(M.Niola) – Grazie Totti, che ci fai piangere e abbracciarci ancora. Dovrebbe cantarlo in coro tutta l’Italia, romanista e non. Perché l’addio al calcio del capitano giallorosso ha assunto le cadenze di un grande rituale popolare. Di quelli tanto amati da Pasolini, che considerava il calcio l’ultima liturgia collettiva di una società sempre più orfana di simboli. Domenica il Pupone si è rivelato fino in fondo un campione, ma nel vero senso della parola, cioè una parte che sta per un tutto. Un pezzo der core de Roma che diventa un pezzo del cuore d’Italia. Perché fa da specchio alle nostre passioni, ossessioni ed esaltazioni. Riassume e confessa ad alta voce i nostri timori e tremori. E così il calciatore che ha abitato a lungo le nostre barzellette, che ha alimentato il mito dell’atleta scarpe fini e cervello grosso, ha inanellato tutta una serie di argomenti da fare invidia a un filosofo teoretico e pure a un poeta metafisico. L’uscita dall’infanzia e l’ingresso nell’età adulta. La rinuncia all’eroismo della poesia, per adattarsi alla prosa di un quotidiano prosaico. La paura del tempo che passa inesorabile. Il brusco risveglio alla realtà dopo aver coltivato l’illusione che la vita è sogno.

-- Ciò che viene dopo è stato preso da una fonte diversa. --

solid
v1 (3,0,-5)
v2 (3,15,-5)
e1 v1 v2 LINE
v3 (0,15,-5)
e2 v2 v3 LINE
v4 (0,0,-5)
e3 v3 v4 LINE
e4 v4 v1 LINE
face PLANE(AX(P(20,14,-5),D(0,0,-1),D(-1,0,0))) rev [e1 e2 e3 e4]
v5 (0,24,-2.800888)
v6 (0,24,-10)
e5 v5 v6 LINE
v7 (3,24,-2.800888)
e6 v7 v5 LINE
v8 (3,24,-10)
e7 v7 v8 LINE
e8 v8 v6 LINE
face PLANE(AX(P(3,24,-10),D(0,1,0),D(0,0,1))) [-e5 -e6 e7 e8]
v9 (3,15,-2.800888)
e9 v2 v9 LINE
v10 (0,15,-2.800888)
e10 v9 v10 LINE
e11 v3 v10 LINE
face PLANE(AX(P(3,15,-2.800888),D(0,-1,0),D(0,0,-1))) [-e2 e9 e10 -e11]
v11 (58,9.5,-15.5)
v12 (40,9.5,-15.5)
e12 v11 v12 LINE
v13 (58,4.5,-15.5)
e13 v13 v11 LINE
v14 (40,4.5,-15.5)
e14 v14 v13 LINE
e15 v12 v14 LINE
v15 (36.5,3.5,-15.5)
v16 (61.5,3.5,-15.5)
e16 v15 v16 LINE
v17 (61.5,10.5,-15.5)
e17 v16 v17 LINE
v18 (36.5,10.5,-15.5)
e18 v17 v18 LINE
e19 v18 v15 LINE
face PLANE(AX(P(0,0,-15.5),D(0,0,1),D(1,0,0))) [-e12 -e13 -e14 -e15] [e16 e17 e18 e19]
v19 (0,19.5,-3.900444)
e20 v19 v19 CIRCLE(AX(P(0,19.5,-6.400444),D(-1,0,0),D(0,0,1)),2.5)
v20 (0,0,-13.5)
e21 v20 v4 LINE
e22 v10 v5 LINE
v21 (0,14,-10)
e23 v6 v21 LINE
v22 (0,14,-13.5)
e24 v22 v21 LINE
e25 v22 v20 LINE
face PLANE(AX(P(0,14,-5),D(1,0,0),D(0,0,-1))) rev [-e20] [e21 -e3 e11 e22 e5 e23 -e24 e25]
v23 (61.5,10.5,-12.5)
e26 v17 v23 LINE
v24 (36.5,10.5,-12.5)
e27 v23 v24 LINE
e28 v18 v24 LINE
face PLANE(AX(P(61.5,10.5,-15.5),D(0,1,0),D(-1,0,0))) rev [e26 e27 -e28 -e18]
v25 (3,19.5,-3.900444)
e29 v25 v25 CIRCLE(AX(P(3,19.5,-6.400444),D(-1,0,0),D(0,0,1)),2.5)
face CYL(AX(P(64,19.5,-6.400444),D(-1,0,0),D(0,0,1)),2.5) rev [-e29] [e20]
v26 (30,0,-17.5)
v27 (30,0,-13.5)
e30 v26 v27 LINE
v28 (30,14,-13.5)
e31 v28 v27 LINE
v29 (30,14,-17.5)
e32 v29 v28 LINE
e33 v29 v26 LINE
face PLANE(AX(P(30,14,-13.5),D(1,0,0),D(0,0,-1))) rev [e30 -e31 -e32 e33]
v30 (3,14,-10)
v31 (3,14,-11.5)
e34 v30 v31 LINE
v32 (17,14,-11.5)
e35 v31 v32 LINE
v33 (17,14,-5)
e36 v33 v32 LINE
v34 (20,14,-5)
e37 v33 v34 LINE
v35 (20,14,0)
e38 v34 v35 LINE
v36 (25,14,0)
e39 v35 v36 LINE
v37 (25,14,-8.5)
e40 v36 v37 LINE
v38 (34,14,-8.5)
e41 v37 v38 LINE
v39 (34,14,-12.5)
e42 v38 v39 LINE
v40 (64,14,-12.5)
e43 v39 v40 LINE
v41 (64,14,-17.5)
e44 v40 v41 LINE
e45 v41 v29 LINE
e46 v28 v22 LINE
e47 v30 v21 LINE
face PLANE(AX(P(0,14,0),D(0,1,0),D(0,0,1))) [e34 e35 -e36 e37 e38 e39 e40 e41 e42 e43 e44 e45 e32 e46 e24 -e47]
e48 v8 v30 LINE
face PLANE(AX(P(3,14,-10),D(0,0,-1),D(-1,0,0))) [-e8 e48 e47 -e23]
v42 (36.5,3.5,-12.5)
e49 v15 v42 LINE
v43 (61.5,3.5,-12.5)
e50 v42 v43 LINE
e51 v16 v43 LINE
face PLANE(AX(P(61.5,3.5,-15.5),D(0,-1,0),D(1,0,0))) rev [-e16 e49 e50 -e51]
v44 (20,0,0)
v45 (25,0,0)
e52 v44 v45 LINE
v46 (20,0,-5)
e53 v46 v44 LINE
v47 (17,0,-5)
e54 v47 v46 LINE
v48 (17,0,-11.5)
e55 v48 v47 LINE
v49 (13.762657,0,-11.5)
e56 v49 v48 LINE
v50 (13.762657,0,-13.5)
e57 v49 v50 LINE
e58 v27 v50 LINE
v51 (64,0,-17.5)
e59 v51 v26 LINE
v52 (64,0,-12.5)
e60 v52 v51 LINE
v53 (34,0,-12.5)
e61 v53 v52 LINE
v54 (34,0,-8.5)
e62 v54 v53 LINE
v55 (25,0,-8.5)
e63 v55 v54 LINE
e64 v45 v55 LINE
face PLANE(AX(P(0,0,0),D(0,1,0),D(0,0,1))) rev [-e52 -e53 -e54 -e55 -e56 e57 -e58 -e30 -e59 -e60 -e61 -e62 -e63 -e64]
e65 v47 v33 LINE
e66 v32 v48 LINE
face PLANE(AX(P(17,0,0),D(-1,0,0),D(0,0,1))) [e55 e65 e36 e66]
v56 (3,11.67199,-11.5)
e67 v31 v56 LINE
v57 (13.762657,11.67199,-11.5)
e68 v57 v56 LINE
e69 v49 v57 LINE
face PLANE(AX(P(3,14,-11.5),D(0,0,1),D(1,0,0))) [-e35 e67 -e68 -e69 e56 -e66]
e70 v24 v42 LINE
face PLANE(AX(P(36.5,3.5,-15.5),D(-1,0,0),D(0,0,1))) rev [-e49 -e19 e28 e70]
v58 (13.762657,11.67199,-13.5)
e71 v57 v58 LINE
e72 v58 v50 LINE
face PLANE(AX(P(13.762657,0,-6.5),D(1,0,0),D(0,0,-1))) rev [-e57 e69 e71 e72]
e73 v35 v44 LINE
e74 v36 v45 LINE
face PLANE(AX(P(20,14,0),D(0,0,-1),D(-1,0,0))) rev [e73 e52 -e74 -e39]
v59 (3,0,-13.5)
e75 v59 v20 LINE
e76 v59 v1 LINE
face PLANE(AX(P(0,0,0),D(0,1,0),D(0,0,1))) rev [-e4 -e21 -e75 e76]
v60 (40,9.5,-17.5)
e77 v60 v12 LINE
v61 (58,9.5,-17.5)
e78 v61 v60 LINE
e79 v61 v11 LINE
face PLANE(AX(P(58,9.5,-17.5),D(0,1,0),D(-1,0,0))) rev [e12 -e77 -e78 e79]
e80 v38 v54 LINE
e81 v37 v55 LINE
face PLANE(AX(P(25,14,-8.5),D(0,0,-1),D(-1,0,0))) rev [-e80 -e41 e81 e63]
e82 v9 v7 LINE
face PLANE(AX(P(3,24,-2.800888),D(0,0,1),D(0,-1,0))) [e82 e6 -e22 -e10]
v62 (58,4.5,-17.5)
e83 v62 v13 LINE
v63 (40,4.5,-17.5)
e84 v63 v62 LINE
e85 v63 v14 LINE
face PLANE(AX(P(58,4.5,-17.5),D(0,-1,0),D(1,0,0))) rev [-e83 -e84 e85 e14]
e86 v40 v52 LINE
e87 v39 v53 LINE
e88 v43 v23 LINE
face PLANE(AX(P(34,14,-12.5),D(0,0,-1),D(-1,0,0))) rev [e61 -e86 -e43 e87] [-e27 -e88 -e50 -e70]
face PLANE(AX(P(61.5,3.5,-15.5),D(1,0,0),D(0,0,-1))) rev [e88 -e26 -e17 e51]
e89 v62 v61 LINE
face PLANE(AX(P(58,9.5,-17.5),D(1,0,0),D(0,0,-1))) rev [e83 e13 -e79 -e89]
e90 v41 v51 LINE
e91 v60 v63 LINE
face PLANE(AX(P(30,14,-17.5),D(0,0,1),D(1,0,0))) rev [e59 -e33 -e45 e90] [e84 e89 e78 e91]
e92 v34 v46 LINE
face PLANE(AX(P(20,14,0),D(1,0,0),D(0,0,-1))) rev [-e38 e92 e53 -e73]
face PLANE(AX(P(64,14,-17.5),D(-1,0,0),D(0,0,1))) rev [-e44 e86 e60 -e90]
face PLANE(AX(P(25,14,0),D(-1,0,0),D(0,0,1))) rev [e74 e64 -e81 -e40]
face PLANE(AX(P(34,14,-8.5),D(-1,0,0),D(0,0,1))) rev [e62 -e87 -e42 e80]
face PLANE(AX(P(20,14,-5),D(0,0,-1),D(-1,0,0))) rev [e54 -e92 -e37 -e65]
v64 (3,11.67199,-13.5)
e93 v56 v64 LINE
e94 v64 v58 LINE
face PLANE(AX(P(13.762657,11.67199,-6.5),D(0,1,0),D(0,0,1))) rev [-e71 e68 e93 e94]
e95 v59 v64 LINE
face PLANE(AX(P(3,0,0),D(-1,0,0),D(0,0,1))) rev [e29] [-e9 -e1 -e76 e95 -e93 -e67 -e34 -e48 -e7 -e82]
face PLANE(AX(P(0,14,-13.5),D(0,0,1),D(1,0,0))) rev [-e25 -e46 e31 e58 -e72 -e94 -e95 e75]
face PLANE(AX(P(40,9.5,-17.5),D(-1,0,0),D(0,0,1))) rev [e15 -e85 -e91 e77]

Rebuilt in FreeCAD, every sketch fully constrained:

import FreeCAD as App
import Part
import Sketcher
from FreeCAD import Vector
Q = App.Units.Quantity

doc = App.newDocument("Part")
body = doc.addObject("PartDesign::Body", "Body")

# Sketch on XZ plane
sketch1 = body.newObject("Sketcher::SketchObject", "Sketch")
sketch1.AttachmentSupport = (doc.getObject("XZ_Plane"), [""])
sketch1.MapMode = "FlatFace"
sketch1.addGeometry(Part.LineSegment(Vector(25, 0, 0), Vector(25, -8.5, 0)), False)
sketch1.addGeometry(Part.LineSegment(Vector(25, -8.5, 0), Vector(34, -8.5, 0)), False)
sketch1.addGeometry(Part.LineSegment(Vector(34, -8.5, 0), Vector(34, -12.5, 0)), False)
sketch1.addGeometry(Part.LineSegment(Vector(34, -12.5, 0), Vector(64, -12.5, 0)), False)
sketch1.addGeometry(Part.LineSegment(Vector(64, -12.5, 0), Vector(64, -17.5, 0)), False)
sketch1.addGeometry(Part.LineSegment(Vector(64, -17.5, 0), Vector(30, -17.5, 0)), False)
sketch1.addGeometry(Part.LineSegment(Vector(30, -17.5, 0), Vector(30, -13.5, 0)), False)
sketch1.addGeometry(Part.LineSegment(Vector(30, -13.5, 0), Vector(0, -13.5, 0)), False)
sketch1.addGeometry(Part.LineSegment(Vector(0, -13.5, 0), Vector(0, -5, 0)), False)
sketch1.addGeometry(Part.LineSegment(Vector(0, -5, 0), Vector(20, -5, 0)), False)
sketch1.addGeometry(Part.LineSegment(Vector(20, -5, 0), Vector(20, 0, 0)), False)
sketch1.addGeometry(Part.LineSegment(Vector(20, 0, 0), Vector(25, 0, 0)), False)
sketch1.addConstraint(Sketcher.Constraint("Coincident", 0, 2, 1, 1))
sketch1.addConstraint(Sketcher.Constraint("Coincident", 1, 2, 2, 1))
sketch1.addConstraint(Sketcher.Constraint("Coincident", 2, 2, 3, 1))
sketch1.addConstraint(Sketcher.Constraint("Coincident", 3, 2, 4, 1))
sketch1.addConstraint(Sketcher.Constraint("Coincident", 4, 2, 5, 1))
sketch1.addConstraint(Sketcher.Constraint("Coincident", 5, 2, 6, 1))
sketch1.addConstraint(Sketcher.Constraint("Coincident", 6, 2, 7, 1))
sketch1.addConstraint(Sketcher.Constraint("Coincident", 7, 2, 8, 1))
sketch1.addConstraint(Sketcher.Constraint("Coincident", 8, 2, 9, 1))
sketch1.addConstraint(Sketcher.Constraint("Coincident", 9, 2, 10, 1))
sketch1.addConstraint(Sketcher.Constraint("Coincident", 10, 2, 11, 1))
sketch1.addConstraint(Sketcher.Constraint("Coincident", 11, 2, 0, 1))
sketch1.addConstraint(Sketcher.Constraint("Vertical", 0))
sketch1.addConstraint(Sketcher.Constraint("Horizontal", 1))
sketch1.addConstraint(Sketcher.Constraint("Vertical", 2))
sketch1.addConstraint(Sketcher.Constraint("Horizontal", 3))
sketch1.addConstraint(Sketcher.Constraint("Vertical", 4))
sketch1.addConstraint(Sketcher.Constraint("Horizontal", 5))
sketch1.addConstraint(Sketcher.Constraint("Vertical", 6))
sketch1.addConstraint(Sketcher.Constraint("Horizontal", 7))
sketch1.addConstraint(Sketcher.Constraint("Vertical", 8))
sketch1.addConstraint(Sketcher.Constraint("Horizontal", 9))
sketch1.addConstraint(Sketcher.Constraint("Vertical", 10))
sketch1.addConstraint(Sketcher.Constraint("Horizontal", 11))
sketch1.addConstraint(Sketcher.Constraint("PointOnObject", 7, 2, -2))
sketch1.addConstraint(Sketcher.Constraint("PointOnObject", 10, 2, -1))
sketch1.addConstraint(Sketcher.Constraint("Equal", 3, 7))
sketch1.addConstraint(Sketcher.Constraint("Equal", 11, 4))
sketch1.addConstraint(Sketcher.Constraint("Equal", 2, 6))
sketch1.addConstraint(Sketcher.Constraint("Equal", 0, 8))
sketch1.addConstraint(Sketcher.Constraint("DistanceX", 1, 1, 1, 2, Q("9 mm")))
sketch1.addConstraint(Sketcher.Constraint("DistanceX", 3, 1, 3, 2, Q("30 mm")))
sketch1.addConstraint(Sketcher.Constraint("DistanceX", 5, 2, 5, 1, Q("34 mm")))
sketch1.addConstraint(Sketcher.Constraint("DistanceX", 9, 1, 9, 2, Q("20 mm")))
sketch1.addConstraint(Sketcher.Constraint("DistanceY", 2, 2, 2, 1, Q("4 mm")))
sketch1.addConstraint(Sketcher.Constraint("DistanceY", 0, 2, 0, 1, Q("8.5 mm")))
pad1 = body.newObject("PartDesign::Pad", "Pad")
pad1.Profile = sketch1
pad1.Length = 14
pad1.Reversed = True

# Sketch on XY plane
sketch2 = body.newObject("Sketcher::SketchObject", "Sketch001")
sketch2.AttachmentSupport = (doc.getObject("XY_Plane"), [""])
sketch2.MapMode = "FlatFace"
sketch2.AttachmentOffset = App.Placement(Vector(0, 0, -12.5), App.Rotation())
sketch2.addGeometry(Part.LineSegment(Vector(36, 10, 0), Vector(36, 4, 0)), False)
sketch2.addGeometry(Part.LineSegment(Vector(36, 4, 0), Vector(62, 4, 0)), False)
sketch2.addGeometry(Part.LineSegment(Vector(62, 4, 0), Vector(62, 10, 0)), False)
sketch2.addGeometry(Part.LineSegment(Vector(62, 10, 0), Vector(36, 10, 0)), False)
sketch2.addConstraint(Sketcher.Constraint("Coincident", 0, 2, 1, 1))
sketch2.addConstraint(Sketcher.Constraint("Coincident", 1, 2, 2, 1))
sketch2.addConstraint(Sketcher.Constraint("Coincident", 2, 2, 3, 1))
sketch2.addConstraint(Sketcher.Constraint("Coincident", 3, 2, 0, 1))
sketch2.addConstraint(Sketcher.Constraint("Vertical", 0))
sketch2.addConstraint(Sketcher.Constraint("Horizontal", 1))
sketch2.addConstraint(Sketcher.Constraint("Vertical", 2))
sketch2.addConstraint(Sketcher.Constraint("Horizontal", 3))
sketch2.addConstraint(Sketcher.Constraint("DistanceX", 1, 1, 1, 2, Q("25 mm")))
sketch2.addConstraint(Sketcher.Constraint("DistanceY", 0, 2, 0, 1, Q("7 mm")))
sketch2.addConstraint(Sketcher.Constraint("DistanceX", -1, 1, 0, 2, Q("36.5 mm")))
sketch2.addConstraint(Sketcher.Constraint("DistanceY", -1, 1, 0, 2, Q("3.5 mm")))
pocket1 = body.newObject("PartDesign::Pocket", "Pocket")
pocket1.Profile = sketch2
pocket1.Length = 3

# Sketch on XY plane
sketch3 = body.newObject("Sketcher::SketchObject", "Sketch002")
sketch3.AttachmentSupport = (doc.getObject("XY_Plane"), [""])
sketch3.MapMode = "FlatFace"
sketch3.AttachmentOffset = App.Placement(Vector(0, 0, -15.5), App.Rotation())
sketch3.addGeometry(Part.LineSegment(Vector(40, 10, 0), Vector(40, 4, 0)), False)
sketch3.addGeometry(Part.LineSegment(Vector(40, 4, 0), Vector(58, 4, 0)), False)
sketch3.addGeometry(Part.LineSegment(Vector(58, 4, 0), Vector(58, 10, 0)), False)
sketch3.addGeometry(Part.LineSegment(Vector(58, 10, 0), Vector(40, 10, 0)), False)
sketch3.addConstraint(Sketcher.Constraint("Coincident", 0, 2, 1, 1))
sketch3.addConstraint(Sketcher.Constraint("Coincident", 1, 2, 2, 1))
sketch3.addConstraint(Sketcher.Constraint("Coincident", 2, 2, 3, 1))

Parole e concetti da Calderon de la Barca e da Shakespeare, che l’altro giorno si sono rincorsi sugli spalti di un
Olimpico perturbato e commosso, esaltato e affranto. In delirio per la Champions, in lutto per The Champion. Ma domenica un po’ perturbati e molto commossi lo siamo stati un po’ tutti perché, in realtà, quegli argomenti ci perforano la mente e ci stringono il cuore. Perché il tempo che passa e non torna, il
“maledetto tempo” lo ha chiamato Tottigol, ci sgomenta. È inutile nasconderselo. E per quanto cerchiamo di prepararci alle prove che ci riserva, non lo saremo mai veramente. È per questo che nessuno, nel suo piccolo, vuole appendere le scarpe al chiodo. Ma, sentircelo ricordare in un santuario della giovinezza come lo stadio, da un atleta che fino a ieri ci ha regalato sprazzi di bellezza e scariche di adrenalina e che improvvisamente ci chiama a pensare sui grandi misteri dell’esistenza, ci fa venire voglia di stringerci agli altri per sentirci meno fragili, meno esposti. E soprattutto meno adulti. Perché ogni passaggio della vita è una piccola morte, come ha scritto Maurizio Crosetti su queste pagine. Insomma Francesco Totti ha vissuto il suo rito di passaggio, ha smesso ufficialmente di essere giovane. E noi abbiamo perso con lui un pezzo della nostra giovinezza, un campione della nostra meglio età. Per questo gli vogliamo ancora più bene.